November 2, 2017
Introduction
It is quite often that we need a unique identifier for each single rows in the Apache Hive tables. This is quite useful when you need such columns as surrogate keys in data warehouse, as the primary key for data or use as system nature keys. There are following ways of doing that in Hive.
ROW_NUMBER()
Hive have a couple of internal functions to achieve this. ROW_NUMBER function, which can generate row number for each partition of data. Although there is no documentation in the official wiki, you can easily find articles regarding use this function to generate row number for the whole table.
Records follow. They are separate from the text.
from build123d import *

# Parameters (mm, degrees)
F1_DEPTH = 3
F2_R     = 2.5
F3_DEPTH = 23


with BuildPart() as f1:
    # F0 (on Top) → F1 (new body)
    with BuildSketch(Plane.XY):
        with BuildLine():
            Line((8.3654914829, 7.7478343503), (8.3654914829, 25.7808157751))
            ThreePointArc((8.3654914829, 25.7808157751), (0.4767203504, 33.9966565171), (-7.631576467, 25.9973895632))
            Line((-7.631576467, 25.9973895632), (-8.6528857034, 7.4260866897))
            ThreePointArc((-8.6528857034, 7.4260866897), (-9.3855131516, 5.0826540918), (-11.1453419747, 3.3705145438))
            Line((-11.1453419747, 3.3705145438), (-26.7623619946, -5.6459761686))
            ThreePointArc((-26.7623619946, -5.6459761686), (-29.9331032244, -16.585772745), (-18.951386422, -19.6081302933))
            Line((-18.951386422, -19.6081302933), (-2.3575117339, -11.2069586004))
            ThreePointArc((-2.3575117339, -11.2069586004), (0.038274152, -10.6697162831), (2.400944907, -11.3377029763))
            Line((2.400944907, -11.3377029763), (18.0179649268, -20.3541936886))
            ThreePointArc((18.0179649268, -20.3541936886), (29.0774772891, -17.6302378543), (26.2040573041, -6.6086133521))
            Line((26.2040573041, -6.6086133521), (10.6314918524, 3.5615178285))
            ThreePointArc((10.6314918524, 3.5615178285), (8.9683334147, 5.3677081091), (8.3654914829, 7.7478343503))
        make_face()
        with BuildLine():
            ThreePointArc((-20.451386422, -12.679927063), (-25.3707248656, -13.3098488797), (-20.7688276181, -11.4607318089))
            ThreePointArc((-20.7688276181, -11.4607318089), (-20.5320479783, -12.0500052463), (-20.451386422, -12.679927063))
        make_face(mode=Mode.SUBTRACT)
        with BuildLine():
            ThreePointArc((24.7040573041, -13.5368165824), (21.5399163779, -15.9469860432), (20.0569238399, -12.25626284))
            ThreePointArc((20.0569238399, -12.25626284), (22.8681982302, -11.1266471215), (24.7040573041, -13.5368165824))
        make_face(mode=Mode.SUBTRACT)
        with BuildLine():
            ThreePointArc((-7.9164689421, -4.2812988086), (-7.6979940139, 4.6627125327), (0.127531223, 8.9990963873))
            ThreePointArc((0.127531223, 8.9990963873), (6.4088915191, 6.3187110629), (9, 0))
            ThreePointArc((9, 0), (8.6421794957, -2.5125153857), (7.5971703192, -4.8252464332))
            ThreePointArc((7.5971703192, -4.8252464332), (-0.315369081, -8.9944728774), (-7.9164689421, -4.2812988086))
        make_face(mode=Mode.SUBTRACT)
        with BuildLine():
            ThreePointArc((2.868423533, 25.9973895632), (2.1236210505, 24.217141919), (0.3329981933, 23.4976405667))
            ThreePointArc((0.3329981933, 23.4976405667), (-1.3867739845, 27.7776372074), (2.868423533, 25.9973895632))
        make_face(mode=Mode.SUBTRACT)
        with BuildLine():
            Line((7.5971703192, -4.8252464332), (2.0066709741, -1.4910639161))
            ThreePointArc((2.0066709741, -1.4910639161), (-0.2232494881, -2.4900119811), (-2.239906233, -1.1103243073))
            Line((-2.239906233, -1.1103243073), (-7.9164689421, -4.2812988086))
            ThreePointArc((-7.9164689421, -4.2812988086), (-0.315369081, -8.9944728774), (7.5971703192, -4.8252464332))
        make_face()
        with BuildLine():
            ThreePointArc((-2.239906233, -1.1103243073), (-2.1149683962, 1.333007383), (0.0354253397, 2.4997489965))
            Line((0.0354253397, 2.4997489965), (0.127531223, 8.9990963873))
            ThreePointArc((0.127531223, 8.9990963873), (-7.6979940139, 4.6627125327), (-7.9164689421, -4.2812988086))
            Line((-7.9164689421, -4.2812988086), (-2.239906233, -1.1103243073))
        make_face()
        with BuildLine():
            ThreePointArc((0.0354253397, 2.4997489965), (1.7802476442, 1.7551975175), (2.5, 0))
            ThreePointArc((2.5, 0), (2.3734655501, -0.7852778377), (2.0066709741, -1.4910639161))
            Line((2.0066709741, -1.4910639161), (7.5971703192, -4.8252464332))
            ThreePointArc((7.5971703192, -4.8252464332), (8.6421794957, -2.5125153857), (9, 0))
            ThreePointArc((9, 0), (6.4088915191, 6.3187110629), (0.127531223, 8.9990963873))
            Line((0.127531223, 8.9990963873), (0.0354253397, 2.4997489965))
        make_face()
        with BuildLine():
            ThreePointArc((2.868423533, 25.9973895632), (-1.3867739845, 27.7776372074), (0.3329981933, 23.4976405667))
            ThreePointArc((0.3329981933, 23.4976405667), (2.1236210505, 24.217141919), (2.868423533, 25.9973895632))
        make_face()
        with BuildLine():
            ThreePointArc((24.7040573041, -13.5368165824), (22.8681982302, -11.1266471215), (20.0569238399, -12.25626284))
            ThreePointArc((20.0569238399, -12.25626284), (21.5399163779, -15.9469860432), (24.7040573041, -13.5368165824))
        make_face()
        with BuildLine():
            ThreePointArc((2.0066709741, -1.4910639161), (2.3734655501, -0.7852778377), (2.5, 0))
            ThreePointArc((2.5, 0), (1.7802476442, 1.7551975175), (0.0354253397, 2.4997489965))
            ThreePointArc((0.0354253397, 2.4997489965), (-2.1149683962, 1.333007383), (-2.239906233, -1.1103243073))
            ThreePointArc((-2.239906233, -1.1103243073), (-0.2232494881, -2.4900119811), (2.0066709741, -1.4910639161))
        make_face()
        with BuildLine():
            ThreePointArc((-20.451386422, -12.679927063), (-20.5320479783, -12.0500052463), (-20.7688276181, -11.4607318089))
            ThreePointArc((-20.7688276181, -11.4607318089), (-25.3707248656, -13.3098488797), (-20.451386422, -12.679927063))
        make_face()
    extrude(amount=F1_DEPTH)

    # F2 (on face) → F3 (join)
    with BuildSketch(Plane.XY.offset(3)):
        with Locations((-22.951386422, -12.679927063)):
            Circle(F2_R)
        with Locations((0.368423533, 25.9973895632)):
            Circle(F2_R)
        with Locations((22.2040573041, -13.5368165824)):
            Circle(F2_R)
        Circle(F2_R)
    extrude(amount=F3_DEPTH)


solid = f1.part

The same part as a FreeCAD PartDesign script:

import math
import FreeCAD as App
import Part
import Sketcher
from FreeCAD import Vector
Q = App.Units.Quantity

doc = App.newDocument("Part")
body = doc.addObject("PartDesign::Body", "Body")

# Sketch on XY plane
sketch1 = body.newObject("Sketcher::SketchObject", "Sketch")
sketch1.AttachmentSupport = (doc.getObject("XY_Plane"), [""])
sketch1.MapMode = "FlatFace"
sketch1.addGeometry(Part.LineSegment(Vector(8.365491, 7.747834, 0), Vector(8.365491, 25.780816, 0)), False)
sketch1.addGeometry(Part.ArcOfCircle(Part.Circle(Vector(0.368424, 25.99739, 0), Vector(0, 0, 1), 8), math.radians(-1.551285), math.radians(180)), False)
sketch1.addGeometry(Part.LineSegment(Vector(-7.631576, 25.99739, 0), Vector(-8.652886, 7.426087, 0)), False)
sketch1.addGeometry(Part.ArcOfCircle(Part.Circle(Vector(-13.645342, 7.700642, 0), Vector(0, 0, 1), 5), math.radians(-60), math.radians(-3.14775)), False)
sketch1.addGeometry(Part.LineSegment(Vector(-11.145342, 3.370515, 0), Vector(-26.762362, -5.645976, 0)), False)
sketch1.addGeometry(Part.ArcOfCircle(Part.Circle(Vector(-22.951386, -12.679927, 0), Vector(0, 0, 1), 8), math.radians(118.448715), math.radians(300)), False)
sketch1.addGeometry(Part.LineSegment(Vector(-18.951386, -19.60813, 0), Vector(-2.357512, -11.206959, 0)), False)
sketch1.addGeometry(Part.ArcOfCircle(Part.Circle(Vector(-0.099055, -15.66783, 0), Vector(0, 0, 1), 5), math.radians(60), math.radians(116.85225)), False)
sketch1.addGeometry(Part.LineSegment(Vector(2.400945, -11.337703, 0), Vector(18.017965, -20.354194, 0)), False)
sketch1.addGeometry(Part.ArcOfCircle(Part.Circle(Vector(22.204057, -13.536817, 0), Vector(0, 0, 1), 8), math.radians(-121.551285), math.radians(60)), False)
sketch1.addGeometry(Part.LineSegment(Vector(26.204057, -6.608613, 0), Vector(10.631492, 3.561518, 0)), False)
sketch1.addGeometry(Part.ArcOfCircle(Part.Circle(Vector(13.365491, 7.747834, 0), Vector(0, 0, 1), 5), math.radians(180), math.radians(236.85225)), False)
sketch1.addConstraint(Sketcher.Constraint("Coincident", 0, 2, 1, 1))
sketch1.addConstraint(Sketcher.Constraint("Coincident", 1, 2, 2, 1))
sketch1.addConstraint(Sketcher.Constraint("Tangent", 2, 2, 3, 2))
sketch1.addConstraint(Sketcher.Constraint("Tangent", 3, 1, 4, 1))
sketch1.addConstraint(Sketcher.Constraint("Coincident", 4, 2, 5, 1))
sketch1.addConstraint(Sketcher.Constraint("Coincident", 5, 2, 6, 1))
sketch1.addConstraint(Sketcher.Constraint("Tangent", 6, 2, 7, 2))
sketch1.addConstraint(Sketcher.Constraint("Tangent", 7, 1, 8, 1))
sketch1.addConstraint(Sketcher.Constraint("Coincident", 8, 2, 9, 1))
sketch1.addConstraint(Sketcher.Constraint("Coincident", 9, 2, 10, 1))
sketch1.addConstraint(Sketcher.Constraint("Tangent", 10, 2, 11, 2))
sketch1.addConstraint(Sketcher.Constraint("Tangent", 11, 1, 0, 1))
sketch1.addConstraint(Sketcher.Constraint("Vertical", 0))
sketch1.addConstraint(Sketcher.Constraint("Equal", 1, 5))
sketch1.addConstraint(Sketcher.Constraint("Equal", 3, 7))
sketch1.addConstraint(Sketcher.Constraint("Equal", 5, 9))
sketch1.addConstraint(Sketcher.Constraint("Equal", 7, 11))
sketch1.addConstraint(Sketcher.Constraint("Equal", 2, 6))
sketch1.addConstraint(Sketcher.Constraint("Equal", 4, 8))
sketch1.addConstraint(Sketcher.Constraint("Equal", 6, 10))
sketch1.addConstraint(Sketcher.Constraint("Radius", 1, Q("8 mm")))
sketch1.addConstraint(Sketcher.Constraint("Radius", 3, Q("5 mm")))
sketch1.addConstraint(Sketcher.Constraint("Angle", 4, Q("-150 deg")))
sketch1.addConstraint(Sketcher.Constraint("Angle", 8, Q("-30 deg")))
sketch1.addConstraint(Sketcher.Constraint("DistanceX", 5, 3, 5, 2, Q("4 mm")))
sketch1.addConstraint(Sketcher.Constraint("DistanceX", 9, 3, 9, 2, Q("4 mm")))
sketch1.addConstraint(Sketcher.Constraint("DistanceX", 10, 2, 11, 3, Q("2.734 mm")))
sketch1.addConstraint(Sketcher.Constraint("DistanceY", 0, 1, 0, 2, Q("18.032981 mm")))
sketch1.addConstraint(Sketcher.Constraint("DistanceX", 3, 3, 9, 3, Q("35.849399 mm")))
sketch1.addConstraint(Sketcher.Constraint("DistanceY", 5, 2, 7, 3, Q("3.9403 mm")))
sketch1.addConstraint(Sketcher.Constraint("Distance", 4, Q("18.032981 mm")))
sketch1.addConstraint(Sketcher.Constraint("DistanceY", -1, 1, 1, 3, Q("25.99739 mm")))
sketch1.addConstraint(Sketcher.Constraint("DistanceX", 3, 3, -1, 1, Q("13.645342 mm")))
sketch1.addConstraint(Sketcher.Constraint("DistanceY", -1, 1, 3, 3, Q("7.700642 mm")))
sketch1.addConstraint(Sketcher.Constraint("DistanceY", 7, 3, -1, 1, Q("15.66783 mm")))
sketch1.addConstraint(Sketcher.Constraint("DistanceX", -1, 1, 11, 3, Q("13.365491 mm")))
pad1 = body.newObject("PartDesign::Pad", "Pad")
pad1.Profile = sketch1
pad1.Length = 3

# Sketch on XY plane
sketch2 = body.newObject("Sketcher::SketchObject", "Sketch001")
sketch2.AttachmentSupport = (doc.getObject("XY_Plane"), [""])
sketch2.MapMode = "FlatFace"
sketch2.AttachmentOffset = App.Placement(Vector(0, 0, 3), App.Rotation())
sketch2.addGeometry(Part.Circle(Vector(-22.951386, -12.679927, 0), Vector(0, 0, 1), 2.5), False)
sketch2.addGeometry(Part.Circle(Vector(0.368424, 25.99739, 0), Vector(0, 0, 1), 2.5), False)
sketch2.addGeometry(Part.Circle(Vector(22.204057, -13.536817, 0), Vector(0, 0, 1), 2.5), False)
sketch2.addGeometry(Part.Circle(Vector(0, 0, 0), Vector(0, 0, 1), 2.5), False)
sketch2.addConstraint(Sketcher.Constraint("Coincident", 3, 3, -1, 1))
sketch2.addConstraint(Sketcher.Constraint("Equal", 0, 1))
sketch2.addConstraint(Sketcher.Constraint("Equal", 1, 2))
sketch2.addConstraint(Sketcher.Constraint("Equal", 2, 3))
sketch2.addConstraint(Sketcher.Constraint("Diameter", 0, Q("5 mm")))
sketch2.addConstraint(Sketcher.Constraint("DistanceY", -1, 1, 1, 3, Q("25.99739 mm")))
sketch2.addConstraint(Sketcher.Constraint("DistanceX", 0, 3, 1, 3, Q("23.31981 mm")))
sketch2.addConstraint(Sketcher.Constraint("DistanceY", 2, 3, 0, 3, Q("0.85689 mm")))
sketch2.addConstraint(Sketcher.Constraint("DistanceX", 0, 3, -1, 1, Q("22.951386 mm")))
sketch2.addConstraint(Sketcher.Constraint("DistanceY", 0, 3, -1, 1, Q("12.679927 mm")))
sketch2.addConstraint(Sketcher.Constraint("DistanceX", -1, 1, 2, 3, Q("22.204057 mm")))
pad2 = body.newObject("PartDesign::Pad", "Pad001")
pad2.Profile = sketch2
pad2.Length = 23

doc.recompute()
SELECT ROW_NUMBER() OVER () as row_num FROM table_name
However, it is reported in some version of Hive that the function has exceptions when used in views or weird behavior, see here. Therefore, it is a quite danger to use this approach right now since your result is unexpected across different version of Hive.
Java Package
Hive is capable of leveraging Java internal packages naturally. By using Java’s UUID, you can directly generate a UUID number for each row as follows.
SELECT regexp_replace(reflect('java.util.UUID','randomUUID'), '-', '') as row_num FROM table_name
As UUID generation logic defines, there are chance of collision. However, it is very low chance.
Hive Mall Ex
Hivemall is a scalable machine learning library that runs on Apache Hive. It has provided a UDF called RowIdUDF. It combines a MapReduce task ID and random number as row.
SELECT rowid() as row_num FROM table_name
Hive Virtual Columns
Hive has provided three virtual columns as follows.
* INPUT__FILE__NAME: Full URI of a file name in HDFS.
* BLOCK__OFFSET__INSIDE__FILE: Byte offset for the block from beginning of the file.
* ROW__OFFSET__INSIDE__BLOCK: Byte offset for the line within the block.
We can always combine three above virtual columns to identify the each line in the table. In addition, we can control the length of this combined value by increasing the number of files (increasing the number of reducers). As result, the offset value becomes smaller for each block. The usage of this approach is as follows. Note, ROW_OFFSET_INSIDE_BLOCK is only available for RCFile or SequenceFile format of data.
// To enable ROW__OFFSET__INSIDE__BLOCK
SET hive.exec.rowoffset=true;
SELECT
// Convert file name as number, such as 000001_0 to 10
concat(cast(regexp_replace(reverse(split(reverse(INPUT__FILE__NAME),'/')[0]),'_','') as int),
BLOCK__OFFSET__INSIDE__FILE,
ROW__OFFSET__INSIDE__BLOCK) as row_num
FROM table_name
Composite Keys
We can use composite key to identify each rows too when your logic does not require a sequence key. Below example is to choose some nature keys with some random seed.
SELECT md5(concat_ws('', cob, rule, cl_id, cast(max(cl_amt) as string), cast(rand(1) as string))) as row_id;
Conclusion
Before Hive ROW_NUMBER() function issue gets fixed, it is recommended to use either Hivemall rowid() or virtual columns. If you need to control the length of row id, you have to use Hive virtual columns approach.